While studies are plenty in literature on the incidence of overall biliary complications in liver transplantation, there are limited studies that focus on multiple bile duct reconstruction. Therefore, it continues to be a matter of debate in LDLT [
15]. Malagó et al. [
16] have published a case series of five patients underwent end-to-side, duct-to-duct anastomoses to the CBD in case of multiple ducts in LDLT. While their results may appear promising, a long and vascularised bile duct was a pre-requisite for this technique. The pericholedochal sheath also may need to be dissected in the process to expose the bile duct for anastomosis, which may jeopardize the axial chain of blood vessels on the duct. Long-term results of this technique remain unclear. Salvalaggio et al. [
17] have shown that the presence of multiple ducts is a risk factor for biliary complication in paediatric LDLT. Pamecha et al. [
18] have identified the number of ducts and the number of anastomosis as independent predictors of biliary complications in adult LDLT. Noticeably, their multiple duct group also received HJ more frequently. On the contrary, DD was the most used technique in our study cohort (n = 274, 83.2%). In addition, recipients requiring three biliary anastomoses (because of three or more ducts on the graft) were more likely to undergo a cystic duct biliary reconstruction over HJ in our study (28.9% vs. 19.5%).
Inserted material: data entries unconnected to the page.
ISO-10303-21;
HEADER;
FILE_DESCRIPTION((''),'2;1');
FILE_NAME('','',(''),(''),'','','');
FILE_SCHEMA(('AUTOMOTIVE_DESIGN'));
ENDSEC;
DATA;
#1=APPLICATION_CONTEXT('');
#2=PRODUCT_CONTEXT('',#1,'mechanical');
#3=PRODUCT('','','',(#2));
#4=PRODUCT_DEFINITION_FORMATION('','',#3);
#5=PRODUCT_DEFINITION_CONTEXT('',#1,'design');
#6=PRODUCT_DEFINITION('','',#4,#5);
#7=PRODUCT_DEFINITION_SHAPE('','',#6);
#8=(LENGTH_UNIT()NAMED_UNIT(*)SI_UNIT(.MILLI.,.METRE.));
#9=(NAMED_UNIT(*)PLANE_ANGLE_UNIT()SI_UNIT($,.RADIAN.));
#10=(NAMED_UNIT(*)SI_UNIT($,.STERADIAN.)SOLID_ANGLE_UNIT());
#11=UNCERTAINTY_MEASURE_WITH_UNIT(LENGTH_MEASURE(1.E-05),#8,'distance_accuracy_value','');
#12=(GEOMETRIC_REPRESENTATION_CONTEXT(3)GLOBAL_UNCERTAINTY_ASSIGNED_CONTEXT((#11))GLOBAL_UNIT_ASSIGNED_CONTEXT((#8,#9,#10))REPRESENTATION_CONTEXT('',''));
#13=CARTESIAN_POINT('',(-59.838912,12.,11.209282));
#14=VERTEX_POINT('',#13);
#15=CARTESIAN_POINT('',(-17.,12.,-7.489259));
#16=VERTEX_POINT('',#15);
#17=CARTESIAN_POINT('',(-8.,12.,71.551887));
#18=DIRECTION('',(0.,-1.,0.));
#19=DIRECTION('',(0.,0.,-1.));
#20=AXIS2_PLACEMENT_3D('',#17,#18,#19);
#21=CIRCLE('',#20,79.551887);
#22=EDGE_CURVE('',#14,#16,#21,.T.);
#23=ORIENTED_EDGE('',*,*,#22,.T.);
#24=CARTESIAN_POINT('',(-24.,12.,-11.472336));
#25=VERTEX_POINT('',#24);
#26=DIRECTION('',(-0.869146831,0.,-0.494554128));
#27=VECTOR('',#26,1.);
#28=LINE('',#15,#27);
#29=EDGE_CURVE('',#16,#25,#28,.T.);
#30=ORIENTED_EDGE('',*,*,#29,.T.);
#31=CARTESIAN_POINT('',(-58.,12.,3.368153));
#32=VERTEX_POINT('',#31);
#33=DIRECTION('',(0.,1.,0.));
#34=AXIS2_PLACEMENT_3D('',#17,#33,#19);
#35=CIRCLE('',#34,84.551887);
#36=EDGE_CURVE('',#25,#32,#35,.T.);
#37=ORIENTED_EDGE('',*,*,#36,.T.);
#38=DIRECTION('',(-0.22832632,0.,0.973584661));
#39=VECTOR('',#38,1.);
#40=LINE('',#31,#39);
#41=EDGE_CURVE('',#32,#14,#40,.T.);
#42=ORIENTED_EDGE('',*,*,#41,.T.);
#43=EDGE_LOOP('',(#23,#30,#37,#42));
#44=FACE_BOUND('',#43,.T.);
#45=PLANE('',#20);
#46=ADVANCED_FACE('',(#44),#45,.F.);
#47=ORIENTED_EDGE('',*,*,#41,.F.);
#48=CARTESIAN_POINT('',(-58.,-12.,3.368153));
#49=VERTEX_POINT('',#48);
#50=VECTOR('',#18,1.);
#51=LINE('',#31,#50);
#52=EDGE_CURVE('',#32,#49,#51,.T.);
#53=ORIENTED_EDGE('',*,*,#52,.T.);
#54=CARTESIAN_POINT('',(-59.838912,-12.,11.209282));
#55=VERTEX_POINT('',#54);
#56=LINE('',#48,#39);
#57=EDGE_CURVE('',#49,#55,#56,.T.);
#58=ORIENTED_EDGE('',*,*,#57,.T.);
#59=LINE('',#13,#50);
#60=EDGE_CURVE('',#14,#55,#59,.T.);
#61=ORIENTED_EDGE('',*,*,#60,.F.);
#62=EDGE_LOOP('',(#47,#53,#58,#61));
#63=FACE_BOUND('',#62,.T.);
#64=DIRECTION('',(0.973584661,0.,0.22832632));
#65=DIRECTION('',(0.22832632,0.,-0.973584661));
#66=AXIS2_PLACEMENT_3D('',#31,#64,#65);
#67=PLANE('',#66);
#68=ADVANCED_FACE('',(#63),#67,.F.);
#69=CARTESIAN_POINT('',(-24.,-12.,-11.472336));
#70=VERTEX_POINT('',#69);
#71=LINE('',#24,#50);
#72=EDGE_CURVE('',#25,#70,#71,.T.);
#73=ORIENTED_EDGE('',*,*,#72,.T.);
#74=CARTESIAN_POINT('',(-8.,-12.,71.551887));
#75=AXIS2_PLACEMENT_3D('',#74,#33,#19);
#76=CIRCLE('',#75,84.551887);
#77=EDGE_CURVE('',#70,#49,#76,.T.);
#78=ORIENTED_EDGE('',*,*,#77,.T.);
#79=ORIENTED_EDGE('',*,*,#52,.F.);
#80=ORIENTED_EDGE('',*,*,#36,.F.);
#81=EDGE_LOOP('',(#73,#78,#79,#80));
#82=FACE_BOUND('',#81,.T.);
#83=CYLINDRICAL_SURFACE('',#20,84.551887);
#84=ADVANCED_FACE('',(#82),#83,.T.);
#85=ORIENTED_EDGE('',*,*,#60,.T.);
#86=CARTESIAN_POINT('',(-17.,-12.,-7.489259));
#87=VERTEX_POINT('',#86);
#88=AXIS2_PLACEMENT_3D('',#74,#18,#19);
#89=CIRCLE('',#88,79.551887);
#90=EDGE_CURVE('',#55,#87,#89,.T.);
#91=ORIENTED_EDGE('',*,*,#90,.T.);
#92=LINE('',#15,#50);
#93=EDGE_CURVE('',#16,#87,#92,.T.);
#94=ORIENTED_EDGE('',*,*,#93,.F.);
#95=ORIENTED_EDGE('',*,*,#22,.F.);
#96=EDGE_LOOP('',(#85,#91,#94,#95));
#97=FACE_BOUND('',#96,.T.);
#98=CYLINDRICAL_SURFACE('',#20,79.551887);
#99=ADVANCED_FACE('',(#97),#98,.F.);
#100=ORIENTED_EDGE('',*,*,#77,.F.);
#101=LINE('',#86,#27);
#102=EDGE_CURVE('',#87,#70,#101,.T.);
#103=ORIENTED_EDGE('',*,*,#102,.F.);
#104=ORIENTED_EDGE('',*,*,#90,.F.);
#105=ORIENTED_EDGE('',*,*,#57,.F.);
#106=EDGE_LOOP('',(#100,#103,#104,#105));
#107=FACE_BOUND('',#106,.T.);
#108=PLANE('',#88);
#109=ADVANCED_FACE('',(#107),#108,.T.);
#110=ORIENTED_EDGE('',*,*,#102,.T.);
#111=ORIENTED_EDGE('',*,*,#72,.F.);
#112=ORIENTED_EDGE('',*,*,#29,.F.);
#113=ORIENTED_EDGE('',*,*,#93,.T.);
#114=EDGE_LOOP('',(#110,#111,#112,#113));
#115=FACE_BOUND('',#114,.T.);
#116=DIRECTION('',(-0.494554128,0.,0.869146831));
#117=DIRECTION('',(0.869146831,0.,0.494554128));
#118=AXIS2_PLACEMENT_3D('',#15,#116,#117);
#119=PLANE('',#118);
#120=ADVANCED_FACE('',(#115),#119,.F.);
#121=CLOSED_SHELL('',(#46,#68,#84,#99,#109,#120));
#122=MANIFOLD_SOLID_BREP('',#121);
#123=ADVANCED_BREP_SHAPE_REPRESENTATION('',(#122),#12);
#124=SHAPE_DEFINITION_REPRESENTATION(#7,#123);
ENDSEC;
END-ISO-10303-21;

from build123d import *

# Parameters (mm, degrees)
RESSALTO_EXTRUS_O1_DEPTH = 12


with BuildPart() as part:
    # Esboço1 → Ressalto-extrusão1 (new, symmetric)
    with BuildSketch(Plane(origin=(0, 0, 0), x_dir=(1, 0, 0), z_dir=(0, 1, 0))):
        with BuildLine():
            Line((-17, 7.489258773), (-24, 11.472335939))
            ThreePointArc((-24, 11.472335939), (-41.823956416, 5.939800068), (-58, -3.368152954))
            Line((-58, -3.368152954), (-59.838911655, -11.209282186))
            ThreePointArc((-59.838911655, -11.209282186), (-39.823767083, 1.35730701), (-17, 7.489258773))
        make_face()
    extrude(amount=RESSALTO_EXTRUS_O1_DEPTH, both=True)


solid = part.part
Muhammad et al. [
3] have conceded that multiple ducts have the same complication rate as single ducts in LDLT. More recently, Kollmann et al. [
19] and Arikan et al. [
20] have concluded that the number of biliary ducts and the type of anastomoses could not alter the outcome in LDLT. The BC rate of the former group at one year in multiple ducts was not significantly different from our findings (20.0% vs. 20.9%,
p = 0.79). Nevertheless, a graft with one duct is favoured over a graft with multiple ducts by a surgeon for technical ease. There was no difference in the amenability of ERC in patients with cystic duct anastomosis. The use of percutaneous biliary intervention was not more in the CD group than in the DD group (6.3% vs. 13.1%,
p = 0.17). From our experience, the valves of Heister have not proven to be more obstructive than a routine anastomotic stricture in the event of a biliary complication necessitating management. As expected, the HJ group was disadvantaged by a significantly delayed initiation of an enteral nutrition after transplantation and by the lack of ability to employ an endobiliary therapy in the event of biliary complications. Higher donor age correlated with increased overall biliary morbidity in our recipients, similar to findings of the Turkish group [
20]. The one-year survival of the CD group and that of the overall cohort were similar to results of survival reported in literature (86.8%, 88.7%, and 89.0%, respectively) [
21].
Our study is limited by its retrospective nature, the small size of the cystic duct/HJ group, and single- centre data. Moreover, no more than one risk factor for biliary complication could be identified. This might be mainly because only perioperative factors were considered in our analysis, potentially excluding other indirect influencers. Nevertheless, the type of biliary anastomosis, the key question of the study, did not influence the outcome in our experience. Prospective, larger studies with longer postoperative follow up are needed to may provide more definitive evidences to ascertain the usefulness of cystic duct in biliary reconstruction.
Despite surgical advances, biliary complications continue to remain a significant problem in LDLT. Our experience suggests that biliary outcomes using the cystic duct may not be as poor as popularly speculated. If identified, complications could be successfully managed with an endoscopic or percutaneous therapy. Similar postoperative outcomes as other anastomoses may be anticipated in cystic duct with the use of a good surgical technique.